**WORK ITEM**
This exercise asks for the entries below to be printed exactly.

=-=-=-=-=

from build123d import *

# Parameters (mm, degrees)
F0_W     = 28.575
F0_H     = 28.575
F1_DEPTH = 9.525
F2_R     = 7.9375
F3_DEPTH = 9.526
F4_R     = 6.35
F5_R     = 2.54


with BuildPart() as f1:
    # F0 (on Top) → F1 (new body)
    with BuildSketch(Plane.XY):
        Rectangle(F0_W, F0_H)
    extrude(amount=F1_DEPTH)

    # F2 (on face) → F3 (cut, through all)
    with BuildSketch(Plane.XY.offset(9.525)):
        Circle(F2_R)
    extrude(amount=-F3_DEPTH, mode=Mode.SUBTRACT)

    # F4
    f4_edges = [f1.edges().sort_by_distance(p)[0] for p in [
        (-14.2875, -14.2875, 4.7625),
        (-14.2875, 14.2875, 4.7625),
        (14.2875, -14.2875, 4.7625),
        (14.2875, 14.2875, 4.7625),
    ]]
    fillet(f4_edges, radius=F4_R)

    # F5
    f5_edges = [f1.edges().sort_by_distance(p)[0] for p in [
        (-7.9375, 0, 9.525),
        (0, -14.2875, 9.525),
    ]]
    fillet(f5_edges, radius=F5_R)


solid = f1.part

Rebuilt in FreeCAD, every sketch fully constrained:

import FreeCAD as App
import Part
import Sketcher
from FreeCAD import Vector
Q = App.Units.Quantity


def edges_at(feature, points):
    """Names of the edges that pass closest to the given points."""
    edges = feature.Shape.Edges
    near = lambda p: min(range(len(edges)), key=lambda i: edges[i].distToShape(Part.Vertex(*p))[0])
    return sorted({f"Edge{near(p) + 1}" for p in points})

doc = App.newDocument("Part")
body = doc.addObject("PartDesign::Body", "Body")

# Sketch on XY plane
sketch1 = body.newObject("Sketcher::SketchObject", "Sketch")
sketch1.AttachmentSupport = (doc.getObject("XY_Plane"), [""])
sketch1.MapMode = "FlatFace"
sketch1.addGeometry(Part.LineSegment(Vector(-14.2875, 14.2875, 0), Vector(-14.2875, -14.2875, 0)), False)
sketch1.addGeometry(Part.LineSegment(Vector(-14.2875, -14.2875, 0), Vector(14.2875, -14.2875, 0)), False)
sketch1.addGeometry(Part.LineSegment(Vector(14.2875, -14.2875, 0), Vector(14.2875, 14.2875, 0)), False)
sketch1.addGeometry(Part.LineSegment(Vector(14.2875, 14.2875, 0), Vector(-14.2875, 14.2875, 0)), False)
sketch1.addConstraint(Sketcher.Constraint("Coincident", 0, 2, 1, 1))
sketch1.addConstraint(Sketcher.Constraint("Coincident", 1, 2, 2, 1))
sketch1.addConstraint(Sketcher.Constraint("Coincident", 2, 2, 3, 1))
sketch1.addConstraint(Sketcher.Constraint("Coincident", 3, 2, 0, 1))
sketch1.addConstraint(Sketcher.Constraint("Vertical", 0))
sketch1.addConstraint(Sketcher.Constraint("Horizontal", 1))
sketch1.addConstraint(Sketcher.Constraint("Vertical", 2))
sketch1.addConstraint(Sketcher.Constraint("Horizontal", 3))
sketch1.addConstraint(Sketcher.Constraint("Symmetric", 0, 2, 2, 2, -1, 1))
sketch1.addConstraint(Sketcher.Constraint("Equal", 3, 0))
sketch1.addConstraint(Sketcher.Constraint("DistanceX", 1, 1, 1, 2, Q("1.125 in")))
pad1 = body.newObject("PartDesign::Pad", "Pad")
pad1.Profile = sketch1
pad1.Length = Q("0.375 in")

# Sketch on XY plane
sketch2 = body.newObject("Sketcher::SketchObject", "Sketch001")
sketch2.AttachmentSupport = (doc.getObject("XY_Plane"), [""])
sketch2.MapMode = "FlatFace"
sketch2.AttachmentOffset = App.Placement(Vector(0, 0, 0.375 * 25.4), App.Rotation())
sketch2.addGeometry(Part.Circle(Vector(0, 0, 0), Vector(0, 0, 1), 7.9375), False)
sketch2.addConstraint(Sketcher.Constraint("Coincident", 0, 3, -1, 1))
sketch2.addConstraint(Sketcher.Constraint("Diameter", 0, Q("0.625 in")))
pocket1 = body.newObject("PartDesign::Pocket", "Pocket")
pocket1.Profile = sketch2
pocket1.Type = "ThroughAll"
doc.recompute()

fillet = body.newObject("PartDesign::Fillet", "Fillet")
fillet.Base = (pocket1, edges_at(pocket1, [
    (-14.287, -14.287, 4.763),
    (-14.287, 14.287, 4.763),
    (14.287, -14.287, 4.763),
    (14.287, 14.287, 4.763),
]))
fillet.Radius = Q("0.25 in")
doc.recompute()

fillet2 = body.newObject("PartDesign::Fillet", "Fillet001")
fillet2.Base = (fillet, edges_at(fillet, [(-7.938, 0, 9.525), (0, -14.287, 9.525)]))
fillet2.Radius = Q("0.1 in")

doc.recompute()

=-=-=-=-=

**WRITTEN SOLUTION**
from build123d import *

# Parameters (mm, degrees)
F0_W     = 28.575
F0_H     = 28.575
F1_DEPTH = 9.525
F2_R     = 7.9375
F3_DEPTH = 9.526
F4_R     = 6.35
F5_R     = 2.54


with BuildPart() as f1:
    # F0 (on Top) → F1 (new body)
    with BuildSketch(Plane.XY):
        Rectangle(F0_W, F0_H)
    extrude(amount=F1_DEPTH)

    # F2 (on face) → F3 (cut, through all)
    with BuildSketch(Plane.XY.offset(9.525)):
        Circle(F2_R)
    extrude(amount=-F3_DEPTH, mode=Mode.SUBTRACT)

    # F4
    f4_edges = [f1.edges().sort_by_distance(p)[0] for p in [
        (-14.2875, -14.2875, 4.7625),
        (-14.2875, 14.2875, 4.7625),
        (14.2875, -14.2875, 4.7625),
        (14.2875, 14.2875, 4.7625),
    ]]
    fillet(f4_edges, radius=F4_R)

    # F5
    f5_edges = [f1.edges().sort_by_distance(p)[0] for p in [
        (-7.9375, 0, 9.525),
        (0, -14.2875, 9.525),
    ]]
    fillet(f5_edges, radius=F5_R)


solid = f1.part

Rebuilt in FreeCAD, every sketch fully constrained:

import FreeCAD as App
import Part
import Sketcher
from FreeCAD import Vector
Q = App.Units.Quantity


def edges_at(feature, points):
    """Names of the edges that pass closest to the given points."""
    edges = feature.Shape.Edges
    near = lambda p: min(range(len(edges)), key=lambda i: edges[i].distToShape(Part.Vertex(*p))[0])
    return sorted({f"Edge{near(p) + 1}" for p in points})

doc = App.newDocument("Part")
body = doc.addObject("PartDesign::Body", "Body")

# Sketch on XY plane
sketch1 = body.newObject("Sketcher::SketchObject", "Sketch")
sketch1.AttachmentSupport = (doc.getObject("XY_Plane"), [""])
sketch1.MapMode = "FlatFace"
sketch1.addGeometry(Part.LineSegment(Vector(-14.2875, 14.2875, 0), Vector(-14.2875, -14.2875, 0)), False)
sketch1.addGeometry(Part.LineSegment(Vector(-14.2875, -14.2875, 0), Vector(14.2875, -14.2875, 0)), False)
sketch1.addGeometry(Part.LineSegment(Vector(14.2875, -14.2875, 0), Vector(14.2875, 14.2875, 0)), False)
sketch1.addGeometry(Part.LineSegment(Vector(14.2875, 14.2875, 0), Vector(-14.2875, 14.2875, 0)), False)
sketch1.addConstraint(Sketcher.Constraint("Coincident", 0, 2, 1, 1))
sketch1.addConstraint(Sketcher.Constraint("Coincident", 1, 2, 2, 1))
sketch1.addConstraint(Sketcher.Constraint("Coincident", 2, 2, 3, 1))
sketch1.addConstraint(Sketcher.Constraint("Coincident", 3, 2, 0, 1))
sketch1.addConstraint(Sketcher.Constraint("Vertical", 0))
sketch1.addConstraint(Sketcher.Constraint("Horizontal", 1))
sketch1.addConstraint(Sketcher.Constraint("Vertical", 2))
sketch1.addConstraint(Sketcher.Constraint("Horizontal", 3))
sketch1.addConstraint(Sketcher.Constraint("Symmetric", 0, 2, 2, 2, -1, 1))
sketch1.addConstraint(Sketcher.Constraint("Equal", 3, 0))
sketch1.addConstraint(Sketcher.Constraint("DistanceX", 1, 1, 1, 2, Q("1.125 in")))
pad1 = body.newObject("PartDesign::Pad", "Pad")
pad1.Profile = sketch1
pad1.Length = Q("0.375 in")

# Sketch on XY plane
sketch2 = body.newObject("Sketcher::SketchObject", "Sketch001")
sketch2.AttachmentSupport = (doc.getObject("XY_Plane"), [""])
sketch2.MapMode = "FlatFace"
sketch2.AttachmentOffset = App.Placement(Vector(0, 0, 0.375 * 25.4), App.Rotation())
sketch2.addGeometry(Part.Circle(Vector(0, 0, 0), Vector(0, 0, 1), 7.9375), False)
sketch2.addConstraint(Sketcher.Constraint("Coincident", 0, 3, -1, 1))
sketch2.addConstraint(Sketcher.Constraint("Diameter", 0, Q("0.625 in")))
pocket1 = body.newObject("PartDesign::Pocket", "Pocket")
pocket1.Profile = sketch2
pocket1.Type = "ThroughAll"
doc.recompute()

fillet = body.newObject("PartDesign::Fillet", "Fillet")
fillet.Base = (pocket1, edges_at(pocket1, [
    (-14.287, -14.287, 4.763),
    (-14.287, 14.287, 4.763),
    (14.287, -14.287, 4.763),
    (14.287, 14.287, 4.763),
]))
fillet.Radius = Q("0.25 in")
doc.recompute()

fillet2 = body.newObject("PartDesign::Fillet", "Fillet001")
fillet2.Base = (fillet, edges_at(fillet, [(-7.938, 0, 9.525), (0, -14.287, 9.525)]))
fillet2.Radius = Q("0.1 in")

doc.recompute()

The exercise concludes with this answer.